Nohair Mohamed, Zakarya Driss
Department of Chemistry, Faculty of Sciences and Techniques, UFR of Applied Chemistry, B.P. 146, 20450 Mohammadia, Morocco.
J Mol Model. 2003 Dec;9(6):365-71. doi: 10.1007/s00894-003-0137-x. Epub 2003 Aug 23.
Structure-water solubility modeling of aliphatic alcohols was performed using the multifunctional autocorrelation method. The molecule is represented by using a set of parameters describing global molecules, and others that take the structural environment of the edge O-C into account. Multiple linear regression (MLR) and multilayer feed-forward artificial neural network architectures are utilized to construct linear and nonlinear QSPR models, respectively. The optimal QSPR model was developed based on a 4-4-1 neural network architecture. The efficiency of the approach is demonstrated through the predictive ability of the ANN and MLR models by the leave-20%-out (L20%O) cross-validation method, demonstrating that the neural model is more reliable than that obtained using MLR. The root mean square errors in the solubility prediction (ln SOL) for the calibration and predictive models were 0.13 and 0.18 respectively. On the other hand, we tested four activation functions: the hyperbolic tangent, sigmoid function or Gaussian functions for the hidden layer and a linear, sigmoid, hyperbolic tangent or Gaussian function for the output layer. The influence and the contribution of each type of descriptor in the model is examined. After omission of a set of descriptors, we calculate the error for the solubility and classify them into discrete categories. The standard error and the percentage of the prediction in the precision interval considered have been estimated. The results imply that the solubility of aliphatic alcohols is dominated by the shape and branching of the molecule. The hydrogen-bonding interactions caused by the C-OH group seem to be a less important factor influencing the solubility. The model was compared with other models; especially that using weighted path numbers, which is considered to be the most accurate QSPR model for predicting the water solubility of aliphatic alcohols.

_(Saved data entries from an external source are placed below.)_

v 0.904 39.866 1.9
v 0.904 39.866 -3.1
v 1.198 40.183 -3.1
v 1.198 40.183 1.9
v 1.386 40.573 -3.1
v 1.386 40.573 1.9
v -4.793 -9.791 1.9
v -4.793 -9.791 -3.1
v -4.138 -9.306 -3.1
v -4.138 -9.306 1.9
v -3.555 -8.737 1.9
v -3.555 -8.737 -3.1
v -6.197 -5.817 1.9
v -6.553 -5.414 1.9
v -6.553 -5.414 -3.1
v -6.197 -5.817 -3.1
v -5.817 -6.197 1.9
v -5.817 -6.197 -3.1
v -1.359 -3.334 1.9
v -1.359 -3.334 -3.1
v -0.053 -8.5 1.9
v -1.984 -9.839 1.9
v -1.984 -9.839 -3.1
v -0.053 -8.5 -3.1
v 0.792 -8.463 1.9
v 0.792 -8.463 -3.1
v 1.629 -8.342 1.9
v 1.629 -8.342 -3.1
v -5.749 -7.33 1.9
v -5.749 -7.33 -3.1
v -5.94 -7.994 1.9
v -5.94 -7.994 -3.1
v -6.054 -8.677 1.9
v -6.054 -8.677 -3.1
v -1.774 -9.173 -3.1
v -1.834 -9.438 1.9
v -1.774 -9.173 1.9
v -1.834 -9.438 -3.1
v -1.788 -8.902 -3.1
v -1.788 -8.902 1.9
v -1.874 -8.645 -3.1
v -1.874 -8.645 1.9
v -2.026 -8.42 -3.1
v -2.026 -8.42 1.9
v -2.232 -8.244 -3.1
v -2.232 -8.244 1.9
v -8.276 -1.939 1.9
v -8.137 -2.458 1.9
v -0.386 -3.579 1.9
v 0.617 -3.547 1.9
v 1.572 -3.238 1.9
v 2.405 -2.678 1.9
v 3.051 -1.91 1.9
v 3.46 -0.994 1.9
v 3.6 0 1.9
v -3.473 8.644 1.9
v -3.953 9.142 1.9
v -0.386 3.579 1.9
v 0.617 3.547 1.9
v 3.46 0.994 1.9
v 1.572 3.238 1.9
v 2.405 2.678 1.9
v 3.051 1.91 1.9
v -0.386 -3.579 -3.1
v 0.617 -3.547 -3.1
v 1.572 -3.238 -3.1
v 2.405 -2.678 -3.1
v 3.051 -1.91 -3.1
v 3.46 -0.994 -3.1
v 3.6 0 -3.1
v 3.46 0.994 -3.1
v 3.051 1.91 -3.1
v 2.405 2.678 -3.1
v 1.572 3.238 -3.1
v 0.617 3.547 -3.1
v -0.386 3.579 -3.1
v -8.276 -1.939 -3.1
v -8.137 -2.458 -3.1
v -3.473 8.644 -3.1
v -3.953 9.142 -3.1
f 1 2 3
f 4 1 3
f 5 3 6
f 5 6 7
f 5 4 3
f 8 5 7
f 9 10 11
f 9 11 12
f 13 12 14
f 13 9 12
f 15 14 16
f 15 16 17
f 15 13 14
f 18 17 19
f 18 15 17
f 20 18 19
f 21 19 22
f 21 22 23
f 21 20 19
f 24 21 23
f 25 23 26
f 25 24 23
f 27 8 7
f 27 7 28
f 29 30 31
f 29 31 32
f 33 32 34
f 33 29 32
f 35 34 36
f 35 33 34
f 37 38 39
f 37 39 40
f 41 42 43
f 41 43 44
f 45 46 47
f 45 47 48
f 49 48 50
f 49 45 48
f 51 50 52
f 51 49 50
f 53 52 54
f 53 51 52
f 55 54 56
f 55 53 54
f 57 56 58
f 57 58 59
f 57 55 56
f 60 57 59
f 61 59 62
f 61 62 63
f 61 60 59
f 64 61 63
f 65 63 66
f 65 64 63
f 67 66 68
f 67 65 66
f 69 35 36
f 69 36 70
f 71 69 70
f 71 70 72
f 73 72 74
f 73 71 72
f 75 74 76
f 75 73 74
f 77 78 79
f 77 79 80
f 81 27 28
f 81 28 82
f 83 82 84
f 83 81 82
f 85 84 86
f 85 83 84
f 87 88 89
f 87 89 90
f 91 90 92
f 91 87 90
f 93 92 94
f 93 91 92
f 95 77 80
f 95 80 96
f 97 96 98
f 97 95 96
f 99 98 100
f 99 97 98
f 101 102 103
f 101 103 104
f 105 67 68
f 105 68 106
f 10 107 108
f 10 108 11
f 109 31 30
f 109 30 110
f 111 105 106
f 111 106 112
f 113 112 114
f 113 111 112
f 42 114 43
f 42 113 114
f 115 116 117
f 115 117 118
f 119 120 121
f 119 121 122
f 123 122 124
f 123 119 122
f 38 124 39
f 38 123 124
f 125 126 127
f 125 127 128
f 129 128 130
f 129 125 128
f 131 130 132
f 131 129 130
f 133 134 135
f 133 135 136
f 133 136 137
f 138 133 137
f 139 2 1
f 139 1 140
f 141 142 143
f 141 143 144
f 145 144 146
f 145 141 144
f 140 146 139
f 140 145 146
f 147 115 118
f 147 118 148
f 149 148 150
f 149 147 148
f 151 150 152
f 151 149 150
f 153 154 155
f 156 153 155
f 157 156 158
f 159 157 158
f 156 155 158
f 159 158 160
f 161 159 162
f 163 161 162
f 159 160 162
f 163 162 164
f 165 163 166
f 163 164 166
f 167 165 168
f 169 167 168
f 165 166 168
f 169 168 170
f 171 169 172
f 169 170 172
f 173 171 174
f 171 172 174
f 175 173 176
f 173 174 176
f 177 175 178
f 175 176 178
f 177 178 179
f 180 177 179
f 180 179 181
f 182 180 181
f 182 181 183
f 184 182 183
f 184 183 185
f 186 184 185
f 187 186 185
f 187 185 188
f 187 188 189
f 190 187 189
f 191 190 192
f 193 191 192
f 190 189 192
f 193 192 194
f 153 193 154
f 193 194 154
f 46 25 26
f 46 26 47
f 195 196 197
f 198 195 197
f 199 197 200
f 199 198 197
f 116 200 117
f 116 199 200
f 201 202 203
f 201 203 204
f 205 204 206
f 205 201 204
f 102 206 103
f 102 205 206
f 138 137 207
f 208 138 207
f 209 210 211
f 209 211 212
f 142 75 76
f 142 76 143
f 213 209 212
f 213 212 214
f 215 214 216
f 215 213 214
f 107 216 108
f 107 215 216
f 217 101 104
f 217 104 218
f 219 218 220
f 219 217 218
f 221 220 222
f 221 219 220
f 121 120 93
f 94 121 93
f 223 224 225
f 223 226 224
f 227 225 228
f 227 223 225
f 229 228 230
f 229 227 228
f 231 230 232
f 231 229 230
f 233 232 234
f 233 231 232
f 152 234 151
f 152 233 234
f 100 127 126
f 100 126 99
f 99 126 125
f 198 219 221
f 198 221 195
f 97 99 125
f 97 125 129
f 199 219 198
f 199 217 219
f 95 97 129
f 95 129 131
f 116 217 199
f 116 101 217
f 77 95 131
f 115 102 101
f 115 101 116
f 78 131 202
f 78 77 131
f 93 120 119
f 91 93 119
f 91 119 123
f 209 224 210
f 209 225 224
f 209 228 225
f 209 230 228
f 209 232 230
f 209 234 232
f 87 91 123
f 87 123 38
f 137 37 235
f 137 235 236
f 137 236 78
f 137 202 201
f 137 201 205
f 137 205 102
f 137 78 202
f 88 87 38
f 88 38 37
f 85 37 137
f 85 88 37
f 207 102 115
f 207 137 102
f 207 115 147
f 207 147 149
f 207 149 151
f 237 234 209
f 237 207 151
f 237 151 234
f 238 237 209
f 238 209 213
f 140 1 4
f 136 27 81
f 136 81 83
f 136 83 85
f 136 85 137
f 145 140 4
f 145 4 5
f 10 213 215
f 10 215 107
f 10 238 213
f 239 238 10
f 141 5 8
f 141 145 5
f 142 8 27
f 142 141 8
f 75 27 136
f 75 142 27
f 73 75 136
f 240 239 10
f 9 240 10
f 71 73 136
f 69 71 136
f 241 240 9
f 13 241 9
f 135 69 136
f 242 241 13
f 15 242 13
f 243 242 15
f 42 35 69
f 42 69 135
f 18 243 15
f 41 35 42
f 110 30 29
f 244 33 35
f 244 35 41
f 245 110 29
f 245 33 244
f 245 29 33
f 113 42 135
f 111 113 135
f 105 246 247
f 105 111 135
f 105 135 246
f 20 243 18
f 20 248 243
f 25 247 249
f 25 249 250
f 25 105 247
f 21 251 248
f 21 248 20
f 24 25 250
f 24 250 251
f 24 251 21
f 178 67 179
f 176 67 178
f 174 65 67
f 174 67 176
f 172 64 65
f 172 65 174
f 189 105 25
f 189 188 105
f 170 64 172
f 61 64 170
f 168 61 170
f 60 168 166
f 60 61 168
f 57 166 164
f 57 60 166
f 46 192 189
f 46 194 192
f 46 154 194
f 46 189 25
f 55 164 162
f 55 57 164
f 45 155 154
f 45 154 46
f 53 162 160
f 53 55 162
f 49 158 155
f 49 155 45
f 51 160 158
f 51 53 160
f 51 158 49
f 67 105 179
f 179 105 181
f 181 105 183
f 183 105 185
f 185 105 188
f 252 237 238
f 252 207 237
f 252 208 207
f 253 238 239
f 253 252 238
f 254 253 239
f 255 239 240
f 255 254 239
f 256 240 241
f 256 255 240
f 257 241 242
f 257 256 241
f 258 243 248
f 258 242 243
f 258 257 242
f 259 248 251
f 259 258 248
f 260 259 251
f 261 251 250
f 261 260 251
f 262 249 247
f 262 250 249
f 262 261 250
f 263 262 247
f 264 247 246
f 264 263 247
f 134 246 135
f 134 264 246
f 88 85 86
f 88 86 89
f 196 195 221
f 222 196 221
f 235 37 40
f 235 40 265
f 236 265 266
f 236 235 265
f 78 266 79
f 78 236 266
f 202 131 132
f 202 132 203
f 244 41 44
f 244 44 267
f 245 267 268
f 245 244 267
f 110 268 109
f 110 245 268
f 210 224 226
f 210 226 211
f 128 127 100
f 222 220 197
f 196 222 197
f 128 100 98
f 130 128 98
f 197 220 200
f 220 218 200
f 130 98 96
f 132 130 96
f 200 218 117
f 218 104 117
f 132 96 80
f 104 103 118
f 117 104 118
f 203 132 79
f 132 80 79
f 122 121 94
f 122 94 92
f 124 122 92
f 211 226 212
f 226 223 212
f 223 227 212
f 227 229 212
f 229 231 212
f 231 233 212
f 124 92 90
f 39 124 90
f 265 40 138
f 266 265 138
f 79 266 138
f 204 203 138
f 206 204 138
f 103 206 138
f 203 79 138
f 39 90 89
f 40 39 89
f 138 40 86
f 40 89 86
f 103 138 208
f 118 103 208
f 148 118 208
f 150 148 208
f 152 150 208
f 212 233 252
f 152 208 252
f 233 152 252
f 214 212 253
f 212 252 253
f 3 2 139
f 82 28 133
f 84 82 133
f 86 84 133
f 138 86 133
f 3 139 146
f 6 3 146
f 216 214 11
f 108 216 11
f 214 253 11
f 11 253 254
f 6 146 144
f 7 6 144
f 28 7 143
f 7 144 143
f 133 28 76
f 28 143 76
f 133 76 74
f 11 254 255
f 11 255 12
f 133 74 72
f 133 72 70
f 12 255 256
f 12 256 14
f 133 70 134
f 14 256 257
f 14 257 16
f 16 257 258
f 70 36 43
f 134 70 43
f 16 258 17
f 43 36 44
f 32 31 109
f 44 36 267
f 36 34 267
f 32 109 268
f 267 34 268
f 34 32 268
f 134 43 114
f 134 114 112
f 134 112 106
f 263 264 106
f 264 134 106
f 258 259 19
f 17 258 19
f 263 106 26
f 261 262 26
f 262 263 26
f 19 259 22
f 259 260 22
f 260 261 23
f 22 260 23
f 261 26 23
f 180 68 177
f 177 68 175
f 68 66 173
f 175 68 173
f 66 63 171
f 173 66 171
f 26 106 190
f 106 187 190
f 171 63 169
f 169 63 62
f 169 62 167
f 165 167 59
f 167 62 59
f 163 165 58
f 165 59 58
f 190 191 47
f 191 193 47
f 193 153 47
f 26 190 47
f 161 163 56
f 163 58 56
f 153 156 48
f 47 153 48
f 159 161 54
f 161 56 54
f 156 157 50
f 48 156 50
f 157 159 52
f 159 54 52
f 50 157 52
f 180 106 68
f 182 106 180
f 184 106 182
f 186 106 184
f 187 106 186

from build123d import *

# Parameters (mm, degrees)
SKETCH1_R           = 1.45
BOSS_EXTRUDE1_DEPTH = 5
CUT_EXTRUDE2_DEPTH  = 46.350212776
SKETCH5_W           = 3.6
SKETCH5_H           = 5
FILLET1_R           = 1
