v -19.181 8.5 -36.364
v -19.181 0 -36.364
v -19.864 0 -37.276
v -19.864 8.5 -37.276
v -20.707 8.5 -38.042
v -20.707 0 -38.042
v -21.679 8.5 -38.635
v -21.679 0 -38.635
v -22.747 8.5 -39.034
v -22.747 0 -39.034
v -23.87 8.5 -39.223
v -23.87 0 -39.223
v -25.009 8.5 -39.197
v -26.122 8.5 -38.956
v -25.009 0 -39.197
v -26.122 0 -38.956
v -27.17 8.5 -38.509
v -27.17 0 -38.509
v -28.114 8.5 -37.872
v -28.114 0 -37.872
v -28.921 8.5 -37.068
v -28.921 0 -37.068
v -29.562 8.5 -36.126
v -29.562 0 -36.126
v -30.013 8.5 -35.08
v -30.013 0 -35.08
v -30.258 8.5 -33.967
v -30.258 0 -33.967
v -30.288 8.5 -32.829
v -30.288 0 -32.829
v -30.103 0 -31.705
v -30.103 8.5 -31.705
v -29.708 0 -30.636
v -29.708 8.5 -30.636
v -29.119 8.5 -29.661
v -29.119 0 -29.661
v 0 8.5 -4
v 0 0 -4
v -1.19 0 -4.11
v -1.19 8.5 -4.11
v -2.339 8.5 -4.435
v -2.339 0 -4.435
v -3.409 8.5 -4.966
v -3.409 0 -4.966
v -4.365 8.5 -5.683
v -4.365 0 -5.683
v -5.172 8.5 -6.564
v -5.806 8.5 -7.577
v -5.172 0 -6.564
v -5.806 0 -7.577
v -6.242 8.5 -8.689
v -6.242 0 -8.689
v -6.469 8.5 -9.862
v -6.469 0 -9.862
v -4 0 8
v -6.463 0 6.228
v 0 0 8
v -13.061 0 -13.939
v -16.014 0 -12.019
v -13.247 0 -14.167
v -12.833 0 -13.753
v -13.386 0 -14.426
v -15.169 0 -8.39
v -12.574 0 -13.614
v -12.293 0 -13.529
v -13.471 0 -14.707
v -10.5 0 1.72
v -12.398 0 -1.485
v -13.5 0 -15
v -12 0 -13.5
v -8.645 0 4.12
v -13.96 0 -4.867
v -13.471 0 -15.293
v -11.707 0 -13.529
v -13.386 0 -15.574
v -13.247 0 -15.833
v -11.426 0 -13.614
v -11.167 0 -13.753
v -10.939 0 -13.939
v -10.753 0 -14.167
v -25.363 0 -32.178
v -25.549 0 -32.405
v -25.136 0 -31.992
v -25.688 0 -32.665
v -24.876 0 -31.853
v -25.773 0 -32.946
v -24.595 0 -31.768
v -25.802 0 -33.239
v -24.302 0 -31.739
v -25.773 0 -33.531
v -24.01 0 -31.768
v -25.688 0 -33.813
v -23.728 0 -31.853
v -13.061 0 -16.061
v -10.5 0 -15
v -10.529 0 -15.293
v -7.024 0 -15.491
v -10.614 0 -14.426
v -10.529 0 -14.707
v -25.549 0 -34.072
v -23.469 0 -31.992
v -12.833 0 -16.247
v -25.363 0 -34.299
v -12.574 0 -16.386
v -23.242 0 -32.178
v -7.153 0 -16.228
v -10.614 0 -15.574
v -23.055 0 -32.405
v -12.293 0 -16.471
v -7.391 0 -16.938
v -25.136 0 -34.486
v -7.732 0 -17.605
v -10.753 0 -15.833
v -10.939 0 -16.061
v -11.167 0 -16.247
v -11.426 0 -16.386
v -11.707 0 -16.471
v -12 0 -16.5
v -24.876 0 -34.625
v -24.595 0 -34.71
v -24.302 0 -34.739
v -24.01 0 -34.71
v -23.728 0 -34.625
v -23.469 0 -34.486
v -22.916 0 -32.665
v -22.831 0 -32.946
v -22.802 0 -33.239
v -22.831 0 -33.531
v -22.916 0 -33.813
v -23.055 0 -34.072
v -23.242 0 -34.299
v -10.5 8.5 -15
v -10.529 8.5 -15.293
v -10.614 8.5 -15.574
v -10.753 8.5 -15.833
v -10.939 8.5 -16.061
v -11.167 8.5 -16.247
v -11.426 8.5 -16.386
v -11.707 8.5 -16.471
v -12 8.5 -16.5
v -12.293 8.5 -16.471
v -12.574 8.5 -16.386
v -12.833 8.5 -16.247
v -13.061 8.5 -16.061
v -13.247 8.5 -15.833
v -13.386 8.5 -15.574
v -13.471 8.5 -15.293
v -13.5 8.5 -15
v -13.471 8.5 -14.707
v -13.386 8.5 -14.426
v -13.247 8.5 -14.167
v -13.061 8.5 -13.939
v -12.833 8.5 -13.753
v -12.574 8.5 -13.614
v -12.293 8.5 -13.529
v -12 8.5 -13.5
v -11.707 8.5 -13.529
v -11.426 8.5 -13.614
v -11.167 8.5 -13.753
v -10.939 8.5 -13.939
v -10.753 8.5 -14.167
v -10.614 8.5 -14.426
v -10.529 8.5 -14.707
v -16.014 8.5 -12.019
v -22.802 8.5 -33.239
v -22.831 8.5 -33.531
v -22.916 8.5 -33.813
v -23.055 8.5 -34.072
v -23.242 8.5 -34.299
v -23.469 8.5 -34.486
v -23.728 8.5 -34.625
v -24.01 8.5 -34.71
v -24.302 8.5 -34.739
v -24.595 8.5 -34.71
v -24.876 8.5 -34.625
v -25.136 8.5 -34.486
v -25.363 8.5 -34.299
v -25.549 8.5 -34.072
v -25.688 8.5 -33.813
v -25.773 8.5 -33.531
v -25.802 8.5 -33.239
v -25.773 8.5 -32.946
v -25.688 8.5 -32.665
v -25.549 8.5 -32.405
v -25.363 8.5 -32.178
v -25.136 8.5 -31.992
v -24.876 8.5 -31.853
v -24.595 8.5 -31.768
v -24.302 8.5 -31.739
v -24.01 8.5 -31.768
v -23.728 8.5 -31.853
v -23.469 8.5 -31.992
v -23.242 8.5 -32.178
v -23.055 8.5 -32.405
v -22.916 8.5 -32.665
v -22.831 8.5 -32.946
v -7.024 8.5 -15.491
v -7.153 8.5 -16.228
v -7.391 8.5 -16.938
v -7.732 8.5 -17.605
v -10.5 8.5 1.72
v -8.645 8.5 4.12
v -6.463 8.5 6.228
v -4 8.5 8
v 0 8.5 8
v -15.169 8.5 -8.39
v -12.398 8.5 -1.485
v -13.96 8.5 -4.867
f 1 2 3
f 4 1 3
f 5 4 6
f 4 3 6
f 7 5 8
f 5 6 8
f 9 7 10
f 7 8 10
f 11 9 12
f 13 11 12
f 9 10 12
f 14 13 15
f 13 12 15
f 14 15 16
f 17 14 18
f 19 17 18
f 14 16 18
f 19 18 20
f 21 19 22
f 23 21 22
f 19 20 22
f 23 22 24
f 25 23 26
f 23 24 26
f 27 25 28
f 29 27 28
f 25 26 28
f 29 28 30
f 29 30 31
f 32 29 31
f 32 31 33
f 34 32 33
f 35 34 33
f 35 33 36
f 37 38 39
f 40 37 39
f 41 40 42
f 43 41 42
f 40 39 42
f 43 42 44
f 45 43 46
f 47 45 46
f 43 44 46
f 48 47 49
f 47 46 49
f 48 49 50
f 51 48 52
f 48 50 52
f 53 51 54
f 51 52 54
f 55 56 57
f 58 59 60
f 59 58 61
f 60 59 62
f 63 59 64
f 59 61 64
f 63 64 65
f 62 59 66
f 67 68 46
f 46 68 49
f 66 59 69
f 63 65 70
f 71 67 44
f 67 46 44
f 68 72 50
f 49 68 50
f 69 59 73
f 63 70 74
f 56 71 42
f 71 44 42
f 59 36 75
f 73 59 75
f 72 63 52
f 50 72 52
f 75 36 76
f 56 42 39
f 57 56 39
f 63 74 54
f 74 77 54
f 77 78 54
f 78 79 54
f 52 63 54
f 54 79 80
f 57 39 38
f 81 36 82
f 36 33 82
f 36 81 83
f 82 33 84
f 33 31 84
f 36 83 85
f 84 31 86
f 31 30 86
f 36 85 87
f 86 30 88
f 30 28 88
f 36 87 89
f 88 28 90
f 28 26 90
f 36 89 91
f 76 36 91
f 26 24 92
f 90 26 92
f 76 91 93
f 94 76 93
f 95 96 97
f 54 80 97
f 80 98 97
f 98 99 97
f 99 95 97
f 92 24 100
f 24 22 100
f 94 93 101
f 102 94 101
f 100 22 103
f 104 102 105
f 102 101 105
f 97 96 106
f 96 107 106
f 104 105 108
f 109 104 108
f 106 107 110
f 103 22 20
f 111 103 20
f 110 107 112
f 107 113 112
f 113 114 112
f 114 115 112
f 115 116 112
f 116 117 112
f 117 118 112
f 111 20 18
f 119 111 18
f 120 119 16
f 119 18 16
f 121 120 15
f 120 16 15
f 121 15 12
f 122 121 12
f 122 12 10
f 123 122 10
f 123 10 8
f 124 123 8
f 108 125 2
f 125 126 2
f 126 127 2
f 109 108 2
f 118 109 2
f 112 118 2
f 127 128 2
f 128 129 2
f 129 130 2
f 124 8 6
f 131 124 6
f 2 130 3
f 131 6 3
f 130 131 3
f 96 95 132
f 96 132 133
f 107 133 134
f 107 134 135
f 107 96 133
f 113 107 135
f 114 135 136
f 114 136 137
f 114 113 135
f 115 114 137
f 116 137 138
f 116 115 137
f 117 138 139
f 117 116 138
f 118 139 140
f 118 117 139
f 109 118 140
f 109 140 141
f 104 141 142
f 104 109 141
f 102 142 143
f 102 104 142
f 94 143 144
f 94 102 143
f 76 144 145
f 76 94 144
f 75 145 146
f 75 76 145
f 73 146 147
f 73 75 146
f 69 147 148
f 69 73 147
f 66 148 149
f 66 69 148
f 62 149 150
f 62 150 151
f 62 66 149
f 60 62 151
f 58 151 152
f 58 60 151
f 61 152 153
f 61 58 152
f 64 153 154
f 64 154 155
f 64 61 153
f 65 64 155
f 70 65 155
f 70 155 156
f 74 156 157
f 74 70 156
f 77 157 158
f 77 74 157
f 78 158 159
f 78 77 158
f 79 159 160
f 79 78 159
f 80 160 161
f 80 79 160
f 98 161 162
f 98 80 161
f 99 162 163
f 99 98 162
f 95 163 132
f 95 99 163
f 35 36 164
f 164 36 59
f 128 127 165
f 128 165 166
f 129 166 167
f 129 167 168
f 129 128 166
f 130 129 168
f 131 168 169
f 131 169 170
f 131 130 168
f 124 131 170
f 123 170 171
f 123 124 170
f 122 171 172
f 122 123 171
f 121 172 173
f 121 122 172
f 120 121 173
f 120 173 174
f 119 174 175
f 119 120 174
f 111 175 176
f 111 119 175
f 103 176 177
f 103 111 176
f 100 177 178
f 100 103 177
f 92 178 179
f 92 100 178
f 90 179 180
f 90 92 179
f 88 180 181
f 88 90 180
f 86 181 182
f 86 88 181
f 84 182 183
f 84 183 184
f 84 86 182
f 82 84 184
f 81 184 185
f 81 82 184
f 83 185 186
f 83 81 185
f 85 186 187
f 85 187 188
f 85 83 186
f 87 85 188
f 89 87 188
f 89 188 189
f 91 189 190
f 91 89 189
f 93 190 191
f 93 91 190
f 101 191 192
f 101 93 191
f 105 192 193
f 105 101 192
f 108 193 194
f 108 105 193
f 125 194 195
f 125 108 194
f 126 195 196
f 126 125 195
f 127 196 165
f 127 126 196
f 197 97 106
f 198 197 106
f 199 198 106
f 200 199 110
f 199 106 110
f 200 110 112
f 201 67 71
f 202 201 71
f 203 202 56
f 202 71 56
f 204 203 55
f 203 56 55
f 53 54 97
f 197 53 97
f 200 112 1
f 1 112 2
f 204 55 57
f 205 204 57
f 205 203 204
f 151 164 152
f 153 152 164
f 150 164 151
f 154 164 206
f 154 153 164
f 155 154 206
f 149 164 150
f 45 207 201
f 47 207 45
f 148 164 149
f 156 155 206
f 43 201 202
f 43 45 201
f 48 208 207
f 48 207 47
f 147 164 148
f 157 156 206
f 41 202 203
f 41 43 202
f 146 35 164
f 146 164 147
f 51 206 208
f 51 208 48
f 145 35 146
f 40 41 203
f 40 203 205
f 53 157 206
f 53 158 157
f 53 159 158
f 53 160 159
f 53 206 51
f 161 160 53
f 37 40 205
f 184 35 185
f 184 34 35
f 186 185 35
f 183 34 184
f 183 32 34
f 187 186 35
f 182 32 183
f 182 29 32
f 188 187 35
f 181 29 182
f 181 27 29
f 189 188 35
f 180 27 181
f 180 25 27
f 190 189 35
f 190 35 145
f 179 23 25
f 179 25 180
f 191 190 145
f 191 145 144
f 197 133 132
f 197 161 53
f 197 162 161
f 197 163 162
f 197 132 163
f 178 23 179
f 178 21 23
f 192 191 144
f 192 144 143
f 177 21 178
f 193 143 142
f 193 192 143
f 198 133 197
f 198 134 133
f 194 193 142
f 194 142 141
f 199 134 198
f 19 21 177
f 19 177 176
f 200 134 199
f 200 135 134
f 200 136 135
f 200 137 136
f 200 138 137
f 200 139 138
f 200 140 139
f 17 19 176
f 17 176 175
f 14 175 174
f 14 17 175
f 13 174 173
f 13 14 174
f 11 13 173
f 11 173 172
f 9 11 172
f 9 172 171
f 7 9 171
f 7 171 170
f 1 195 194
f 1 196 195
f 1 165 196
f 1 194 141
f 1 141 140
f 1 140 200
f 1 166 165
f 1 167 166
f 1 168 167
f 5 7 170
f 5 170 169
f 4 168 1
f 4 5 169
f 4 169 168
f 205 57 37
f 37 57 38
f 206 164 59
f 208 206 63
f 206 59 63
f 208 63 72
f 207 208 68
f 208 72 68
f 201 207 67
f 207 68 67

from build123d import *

# Parameters (mm, degrees)
CROQUIS1_R              = 1.5
SALIENTE_EXTRUIR1_DEPTH = 8.5


with BuildPart() as part:
    # Croquis1 → Saliente-Extruir1 (new body)
    with BuildSketch(Plane(origin=(0, 0, 0), x_dir=(1, 0, 0), z_dir=(0, 1, 0))):
        with BuildLine():
            Line((-29.118820837, 29.661035883), (-16.013814133, 12.018507739))
            ThreePointArc((-16.013814133, 12.018507739), (-13.96004638, 4.867227057), (-10.5, -1.719642946))
            ThreePointArc((-10.5, -1.719642946), (-7.591888883, -5.213667237), (-4, -8))
            Line((-4, -8), (0, -8))
            Line((0, -8), (0, 4))
            ThreePointArc((0, 4), (-4.364647968, 5.683377936), (-6.468572218, 9.861585197))
            Line((-6.468572218, 9.861585197), (-7.024175217, 15.49108831))
            ThreePointArc((-7.024175217, 15.49108831), (-7.25881516, 16.587818098), (-7.732007274, 17.604657001))
            Line((-7.732007274, 17.604657001), (-19.180652605, 36.364414997))
            ThreePointArc((-19.180652605, 36.364414997), (-27.657401297, 38.213052032), (-29.118820837, 29.661035883))
        make_face()
        with Locations((-24.302243876, 33.238826596)):
            Circle(CROQUIS1_R, mode=Mode.SUBTRACT)
        with Locations((-12, 15)):
            Circle(CROQUIS1_R, mode=Mode.SUBTRACT)
    extrude(amount=SALIENTE_EXTRUIR1_DEPTH)


solid = part.part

采用多功能自相关方法对脂肪醇进行结构-水溶性建模。通过使用一组描述全局分子的参数以及考虑边缘O-C结构环境的其他参数来表示分子。分别利用多元线性回归(MLR)和多层前馈人工神经网络架构构建线性和非线性QSPR模型。基于4-4-1神经网络架构开发了最优QSPR模型。通过留20%法(L20%O)交叉验证方法,利用人工神经网络(ANN)和MLR模型的预测能力证明了该方法的有效性,表明神经模型比使用MLR得到的模型更可靠。校准模型和预测模型在溶解度预测(ln SOL)方面的均方根误差分别为0.13和0.18。另一方面,我们测试了四种激活函数:隐藏层使用双曲正切、Sigmoid函数或高斯函数,输出层使用线性、Sigmoid、双曲正切或高斯函数。研究了模型中每种描述符的影响和贡献。在省略一组描述符后,我们计算溶解度误差并将其分类为离散类别。估计了标准误差和在考虑的精度区间内预测的百分比。结果表明,脂肪醇的溶解度主要由分子的形状和支化决定。由C-OH基团引起的氢键相互作用似乎是影响溶解度的较不重要因素。将该模型与其他模型进行了比较;特别是与使用加权路径数的模型进行了比较,该模型被认为是预测脂肪醇水溶性最准确的QSPR模型。